■ Die Todesmaschine in Ruanda muß angehalten werden
: Angst vor Parteinahme

Ein Teil der Menschheit wird unter unseren Augen gerade von der Weltkarte gestrichen. Das Programm der Vernichtung, die organisierte Schlächterei, die in Ruanda Hutu-Extremisten veranstalten, wird mit dem Verschwinden der letzten Tutsi und der letzten ruandischen Oppositionellen zu ihrem Ende kommen. Es geht um einen Genozid, ein Unternehmen geplanter Zerstörung menschlicher Wesen.

Die internationale Reaktion darauf war zunächst einfach und klassisch: Man diskutiert in Variationen das Thema interethnischer Gewalt, evakuiert die Ausländer, ruft zur Einstellung der „Kämpfe“ auf und baut die Logistik für humanitäre Hilfe auf. Schließlich wird die Wirklichkeit begriffen, und eine Regierung, in diesem Fall die französische, entscheidet sich zu handeln. Doch heute in Ruanda handeln heißt, mit den Mitteln einer Armee die Fortsetzung des Genozids zu verbieten, die als Geisel genommene Bevölkerung zu befreien, bevor sie dem Tod anheimgestellt wird, die bewaffneten Gruppen, die die Speerspitze der Massaker sind, zu neutralisieren, die Verurteilung der Henker vorzubereiten, weil es für Verbrechen dieser Dimension keine Straffreiheit geben darf.

Die Kritik an der schändlichen Hilfe, die Frankreich dem Regime, das für die Schlächterei verantwortlich ist, zukommen ließ, ist eine Sache.
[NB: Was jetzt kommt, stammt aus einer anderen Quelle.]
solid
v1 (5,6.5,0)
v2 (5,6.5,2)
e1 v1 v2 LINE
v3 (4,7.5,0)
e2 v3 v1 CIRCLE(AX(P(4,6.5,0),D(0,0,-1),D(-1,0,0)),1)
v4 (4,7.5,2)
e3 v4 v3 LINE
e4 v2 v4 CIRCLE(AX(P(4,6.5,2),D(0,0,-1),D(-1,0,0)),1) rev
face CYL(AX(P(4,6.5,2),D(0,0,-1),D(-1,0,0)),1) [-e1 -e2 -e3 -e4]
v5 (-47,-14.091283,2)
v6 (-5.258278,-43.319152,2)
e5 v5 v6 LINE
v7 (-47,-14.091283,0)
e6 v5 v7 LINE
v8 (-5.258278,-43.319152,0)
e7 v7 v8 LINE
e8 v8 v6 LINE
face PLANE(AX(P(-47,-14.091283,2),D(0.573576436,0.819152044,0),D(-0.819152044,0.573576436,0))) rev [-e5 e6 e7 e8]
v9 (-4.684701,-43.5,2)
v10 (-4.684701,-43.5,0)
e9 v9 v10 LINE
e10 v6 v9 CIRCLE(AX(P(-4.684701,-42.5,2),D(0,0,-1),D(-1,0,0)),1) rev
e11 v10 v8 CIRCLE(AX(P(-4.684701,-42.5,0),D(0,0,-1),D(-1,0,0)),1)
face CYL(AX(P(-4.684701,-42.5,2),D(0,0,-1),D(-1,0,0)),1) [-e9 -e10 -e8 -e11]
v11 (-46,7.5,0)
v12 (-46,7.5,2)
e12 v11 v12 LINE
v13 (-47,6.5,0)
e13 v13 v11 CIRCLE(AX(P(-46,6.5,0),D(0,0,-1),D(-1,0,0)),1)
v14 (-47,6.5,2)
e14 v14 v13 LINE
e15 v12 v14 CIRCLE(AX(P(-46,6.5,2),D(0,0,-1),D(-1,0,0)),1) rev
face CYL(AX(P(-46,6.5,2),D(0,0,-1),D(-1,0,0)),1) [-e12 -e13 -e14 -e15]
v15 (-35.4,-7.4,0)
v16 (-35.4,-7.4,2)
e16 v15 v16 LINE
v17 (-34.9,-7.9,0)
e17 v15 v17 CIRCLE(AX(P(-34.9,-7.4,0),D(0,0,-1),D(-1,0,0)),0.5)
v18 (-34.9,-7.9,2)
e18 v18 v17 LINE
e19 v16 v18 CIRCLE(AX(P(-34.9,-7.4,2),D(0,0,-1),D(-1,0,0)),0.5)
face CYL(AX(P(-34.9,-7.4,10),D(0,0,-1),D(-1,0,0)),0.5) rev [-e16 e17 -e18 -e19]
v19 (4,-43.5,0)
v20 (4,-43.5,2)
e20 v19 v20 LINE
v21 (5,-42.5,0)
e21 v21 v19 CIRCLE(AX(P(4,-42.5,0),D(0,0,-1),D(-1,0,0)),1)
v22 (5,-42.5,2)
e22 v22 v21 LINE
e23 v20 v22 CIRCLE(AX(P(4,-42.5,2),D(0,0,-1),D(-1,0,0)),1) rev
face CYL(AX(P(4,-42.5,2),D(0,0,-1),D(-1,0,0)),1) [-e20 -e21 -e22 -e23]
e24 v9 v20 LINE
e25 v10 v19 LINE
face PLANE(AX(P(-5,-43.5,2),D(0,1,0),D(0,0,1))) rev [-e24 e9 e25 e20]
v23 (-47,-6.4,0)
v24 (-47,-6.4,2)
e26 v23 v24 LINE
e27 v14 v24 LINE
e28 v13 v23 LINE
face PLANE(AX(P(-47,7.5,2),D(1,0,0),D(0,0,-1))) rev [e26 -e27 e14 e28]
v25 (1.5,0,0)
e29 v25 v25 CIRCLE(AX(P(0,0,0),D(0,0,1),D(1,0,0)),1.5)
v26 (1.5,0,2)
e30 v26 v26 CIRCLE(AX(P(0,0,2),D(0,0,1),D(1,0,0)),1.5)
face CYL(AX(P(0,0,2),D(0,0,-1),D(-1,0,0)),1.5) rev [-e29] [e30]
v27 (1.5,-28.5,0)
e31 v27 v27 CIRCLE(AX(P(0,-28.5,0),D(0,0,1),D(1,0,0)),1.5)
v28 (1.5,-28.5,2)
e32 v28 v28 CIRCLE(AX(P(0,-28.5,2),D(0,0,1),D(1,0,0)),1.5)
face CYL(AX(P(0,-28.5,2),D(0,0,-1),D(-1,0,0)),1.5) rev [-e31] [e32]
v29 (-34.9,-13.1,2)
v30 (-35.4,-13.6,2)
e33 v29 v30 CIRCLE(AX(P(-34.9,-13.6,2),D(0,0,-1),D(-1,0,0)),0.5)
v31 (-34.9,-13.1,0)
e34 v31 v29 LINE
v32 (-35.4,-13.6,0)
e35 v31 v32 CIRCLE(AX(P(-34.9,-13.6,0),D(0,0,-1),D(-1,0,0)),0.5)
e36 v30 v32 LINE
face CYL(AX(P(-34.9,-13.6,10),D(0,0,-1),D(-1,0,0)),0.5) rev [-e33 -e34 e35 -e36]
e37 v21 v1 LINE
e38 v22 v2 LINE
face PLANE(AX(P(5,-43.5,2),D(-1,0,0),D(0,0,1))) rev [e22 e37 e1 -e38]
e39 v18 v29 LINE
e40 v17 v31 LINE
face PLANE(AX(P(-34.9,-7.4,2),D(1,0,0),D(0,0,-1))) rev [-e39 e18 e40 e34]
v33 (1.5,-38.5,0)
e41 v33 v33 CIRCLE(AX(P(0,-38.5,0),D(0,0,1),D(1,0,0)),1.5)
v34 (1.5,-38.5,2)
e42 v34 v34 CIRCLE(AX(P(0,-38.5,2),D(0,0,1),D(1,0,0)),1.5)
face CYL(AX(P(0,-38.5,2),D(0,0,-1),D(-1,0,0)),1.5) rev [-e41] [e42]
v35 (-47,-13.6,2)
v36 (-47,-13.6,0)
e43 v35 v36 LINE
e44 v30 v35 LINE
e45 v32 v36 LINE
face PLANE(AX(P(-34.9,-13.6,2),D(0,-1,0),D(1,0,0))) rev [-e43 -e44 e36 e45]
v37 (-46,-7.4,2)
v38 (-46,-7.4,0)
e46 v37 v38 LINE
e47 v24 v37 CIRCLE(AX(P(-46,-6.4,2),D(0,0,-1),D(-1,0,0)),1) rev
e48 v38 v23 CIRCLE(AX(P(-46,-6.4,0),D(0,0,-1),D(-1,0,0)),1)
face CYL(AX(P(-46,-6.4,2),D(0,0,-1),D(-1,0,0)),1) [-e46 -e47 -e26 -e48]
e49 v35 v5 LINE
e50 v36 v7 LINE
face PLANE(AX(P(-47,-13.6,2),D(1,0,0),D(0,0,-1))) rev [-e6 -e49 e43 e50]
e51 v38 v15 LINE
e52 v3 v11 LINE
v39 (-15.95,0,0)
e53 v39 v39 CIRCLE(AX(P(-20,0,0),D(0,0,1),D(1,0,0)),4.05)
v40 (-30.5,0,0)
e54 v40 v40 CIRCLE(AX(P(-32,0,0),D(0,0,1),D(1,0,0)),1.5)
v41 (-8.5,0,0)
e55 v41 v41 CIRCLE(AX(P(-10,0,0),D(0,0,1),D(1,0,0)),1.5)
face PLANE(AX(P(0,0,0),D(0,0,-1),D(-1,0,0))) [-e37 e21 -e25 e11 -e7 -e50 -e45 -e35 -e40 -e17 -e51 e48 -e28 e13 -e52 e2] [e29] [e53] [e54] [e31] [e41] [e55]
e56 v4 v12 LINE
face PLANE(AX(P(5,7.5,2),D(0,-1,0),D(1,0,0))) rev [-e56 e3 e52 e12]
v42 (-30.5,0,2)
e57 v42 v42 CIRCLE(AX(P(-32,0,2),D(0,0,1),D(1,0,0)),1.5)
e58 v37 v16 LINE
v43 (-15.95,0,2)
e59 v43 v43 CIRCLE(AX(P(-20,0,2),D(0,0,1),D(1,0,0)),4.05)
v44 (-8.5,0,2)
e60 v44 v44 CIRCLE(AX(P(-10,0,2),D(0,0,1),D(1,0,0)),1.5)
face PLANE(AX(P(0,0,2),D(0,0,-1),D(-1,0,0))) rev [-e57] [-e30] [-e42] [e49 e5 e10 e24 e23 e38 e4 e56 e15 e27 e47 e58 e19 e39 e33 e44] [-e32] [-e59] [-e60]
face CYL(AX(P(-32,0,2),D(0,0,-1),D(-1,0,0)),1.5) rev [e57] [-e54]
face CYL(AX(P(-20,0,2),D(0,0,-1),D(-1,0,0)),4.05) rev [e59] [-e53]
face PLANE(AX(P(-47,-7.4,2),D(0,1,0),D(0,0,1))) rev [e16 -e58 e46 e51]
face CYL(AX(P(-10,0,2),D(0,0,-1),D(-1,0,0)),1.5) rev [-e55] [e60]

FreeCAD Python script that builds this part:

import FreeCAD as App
import Part
import Sketcher
Q = App.Units.Quantity


def edges_at(feature, points):
    """Names of the edges that pass closest to the given points."""
    edges = feature.Shape.Edges
    near = lambda p: min(range(len(edges)), key=lambda i: edges[i].distToShape(Part.Vertex(*p))[0])
    return sorted({f"Edge{near(p) + 1}" for p in points})

doc = App.newDocument("Part")
body = doc.addObject("PartDesign::Body", "Body")

# Sketch on XY plane
sketch1 = body.newObject("Sketcher::SketchObject", "Sketch")
sketch1.AttachmentSupport = (doc.getObject("XY_Plane"), [""])
sketch1.MapMode = "FlatFace"
sketch1.addGeometry([
    Part.LineSegment(App.Vector(-47, -14.091283, 0), App.Vector(-5, -43.5, 0)),  # 0
    Part.LineSegment(App.Vector(-5, -43.5, 0), App.Vector(5, -43.5, 0)),  # 1
    Part.LineSegment(App.Vector(5, -43.5, 0), App.Vector(5, 7.5, 0)),  # 2
    Part.LineSegment(App.Vector(5, 7.5, 0), App.Vector(-47, 7.5, 0)),  # 3
    Part.LineSegment(App.Vector(-47, 7.5, 0), App.Vector(-47, -7.4, 0)),  # 4
    Part.LineSegment(App.Vector(-47, -7.4, 0), App.Vector(-34.9, -7.4, 0)),  # 5
    Part.LineSegment(App.Vector(-34.9, -7.4, 0), App.Vector(-34.9, -13.6, 0)),  # 6
    Part.LineSegment(App.Vector(-34.9, -13.6, 0), App.Vector(-47, -13.6, 0)),  # 7
    Part.LineSegment(App.Vector(-47, -13.6, 0), App.Vector(-47, -14.091283, 0)),  # 8
    Part.Circle(App.Vector(0, -38.5, 0), App.Vector(0, 0, 1), 1.5),  # 9
    Part.Circle(App.Vector(0, -28.5, 0), App.Vector(0, 0, 1), 1.5),  # 10
    Part.Circle(App.Vector(-32, 0, 0), App.Vector(0, 0, 1), 1.5),  # 11
    Part.Circle(App.Vector(-20, 0, 0), App.Vector(0, 0, 1), 4.05),  # 12
    Part.Circle(App.Vector(-10, 0, 0), App.Vector(0, 0, 1), 1.5),  # 13
    Part.Circle(App.Vector(0, 0, 0), App.Vector(0, 0, 1), 1.5),  # 14
], False)
sketch1.addConstraint([
    Sketcher.Constraint("Coincident", 0, 2, 1, 1),
    Sketcher.Constraint("Coincident", 1, 2, 2, 1),
    Sketcher.Constraint("Coincident", 2, 2, 3, 1),
    Sketcher.Constraint("Coincident", 3, 2, 4, 1),
    Sketcher.Constraint("Coincident", 4, 2, 5, 1),
    Sketcher.Constraint("Coincident", 5, 2, 6, 1),
    Sketcher.Constraint("Coincident", 6, 2, 7, 1),
    Sketcher.Constraint("Coincident", 7, 2, 8, 1),
    Sketcher.Constraint("Coincident", 8, 2, 0, 1),
    Sketcher.Constraint("Horizontal", 1),
    Sketcher.Constraint("Vertical", 2),
    Sketcher.Constraint("Horizontal", 3),
    Sketcher.Constraint("Vertical", 4),
    Sketcher.Constraint("Horizontal", 5),
    Sketcher.Constraint("Vertical", 6),
    Sketcher.Constraint("Horizontal", 7),
    Sketcher.Constraint("Vertical", 8),
    Sketcher.Constraint("Coincident", 14, 3, -1, 1),
    Sketcher.Constraint("Equal", 9, 10),
    Sketcher.Constraint("Equal", 10, 11),
    Sketcher.Constraint("Equal", 11, 13),
    Sketcher.Constraint("Equal", 13, 14),
    Sketcher.Constraint("PointOnObject", 9, 3, -2),
    Sketcher.Constraint("PointOnObject", 10, 3, -2),
    Sketcher.Constraint("PointOnObject", 11, 3, -1),
    Sketcher.Constraint("PointOnObject", 12, 3, -1),
    Sketcher.Constraint("PointOnObject", 13, 3, -1),
    Sketcher.Constraint("Vertical", 4, 2, 7, 2),
    Sketcher.Constraint("Diameter", 9, Q("3 mm")),
    Sketcher.Constraint("Diameter", 12, Q("8.1 mm")),
    Sketcher.Constraint("DistanceX", 1, 1, 1, 2, Q("10 mm")),
    Sketcher.Constraint("DistanceX", 3, 2, 3, 1, Q("52 mm")),
    Sketcher.Constraint("DistanceY", 2, 1, 2, 2, Q("51 mm")),
    Sketcher.Constraint("Angle", 0, Q("-35 deg")),
    Sketcher.Constraint("DistanceX", 5, 1, 5, 2, Q("12.1 mm")),
    Sketcher.Constraint("DistanceY", 4, 2, 4, 1, Q("14.9 mm")),
    Sketcher.Constraint("DistanceY", 6, 2, 6, 1, Q("6.2 mm")),
    Sketcher.Constraint("DistanceX", 11, 3, -1, 1, Q("32 mm")),
    Sketcher.Constraint("DistanceX", 12, 3, -1, 1, Q("20 mm")),
    Sketcher.Constraint("DistanceX", 13, 3, -1, 1, Q("10 mm")),
    Sketcher.Constraint("DistanceX", 0, 2, -1, 1, Q("5 mm")),
    Sketcher.Constraint("DistanceY", 9, 3, 10, 3, Q("10 mm")),
    Sketcher.Constraint("DistanceY", 0, 2, 9, 3, Q("5 mm")),
    Sketcher.Constraint("DistanceY", 9, 3, -1, 1, Q("38.5 mm")),
])
pad1 = body.newObject("PartDesign::Pad", "Pad")
pad1.Profile = sketch1
pad1.Length = 2

# Sketch on XY plane
sketch2 = body.newObject("Sketcher::SketchObject", "Sketch001")
sketch2.AttachmentSupport = (doc.getObject("XY_Plane"), [""])
sketch2.MapMode = "FlatFace"
sketch2.addGeometry([
    Part.Circle(App.Vector(-34.9, -7.4, 0), App.Vector(0, 0, 1), 0.5),
    Part.Circle(App.Vector(-34.9, -13.6, 0), App.Vector(0, 0, 1), 0.5),
], False)
sketch2.addConstraint([
    Sketcher.Constraint("Equal", 0, 1),
    Sketcher.Constraint("Vertical", 0, 3, 1, 3),
    Sketcher.Constraint("Diameter", 0, Q("1 mm")),
    Sketcher.Constraint("DistanceX", 0, 3, -1, 1, Q("34.9 mm")),
    Sketcher.Constraint("DistanceY", 0, 3, -1, 1, Q("7.4 mm")),
    Sketcher.Constraint("DistanceY", 1, 3, -1, 1, Q("13.6 mm")),
])
pocket1 = body.newObject("PartDesign::Pocket", "Pocket")
pocket1.Profile = sketch2
pocket1.Length = 10
pocket1.Reversed = True
doc.recompute()

fillet = body.newObject("PartDesign::Fillet", "Fillet")
fillet.Base = (pocket1, edges_at(pocket1, [
    (-47, -7.4, 1),
    (-47, 7.5, 1),
    (5, 7.5, 1),
    (5, -43.5, 1),
    (-5, -43.5, 1),
]))
fillet.Radius = 1

doc.recompute()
Aber heute ist etwas anderes viel dringlicher: Man muß diese Todesmaschine anhalten, auch wenn es spät ist, auch wenn es schwierig ist. Die humanitäre Hilfe kann am Vernichtungsprogramm, das sich die Hutu-Extremisten vorgenommen haben, nichts ändern.

Die Resolution 929 des Sicherheitsrats der Vereinten Nationen, in der der Begriff des Genozids vermieden wurde, ist ein beredtes Beispiel für einen Geist des Kleinmuts. Zunächst erkennt die oberste Instanz der UNO an, daß „die Situation in Ruanda einen einmaligen Fall darstellt“, dann zieht sie sich aber auf den „strikt humanitären Charakter dieser Operation“ zurück, „die in einer unparteiischen, neutralen Weise durchgeführt wird“. Und schließlich werden dann Henker und Opfer einmal mehr in einen Topf geworfen, indem gefordert wird, „daß alle Konfliktparteien [...] sofort alle Massaker aufgeben“.

Wird das Humanitäre einmal mehr als Argument hinhalten müssen, um sich vor der Parteinahme zu drücken? Werden die Folterer Gesprächspartner oder Angriffsziel der in dieser Operation engagierten Truppen sein? Wird unser Jahrhundert, das 1915 mit einem Genozid, dem Völkermord an den Armeniern, eröffnet wurde, so enden, wie es begonnen hat: unter dem Siegel der Schande? Rony Brauman

Ex-Präsident der Hilfsorganisation „Médecins sans frontières“; der Text ist, stark gekürzt, Le Monde vom 30.6.94 entnommen.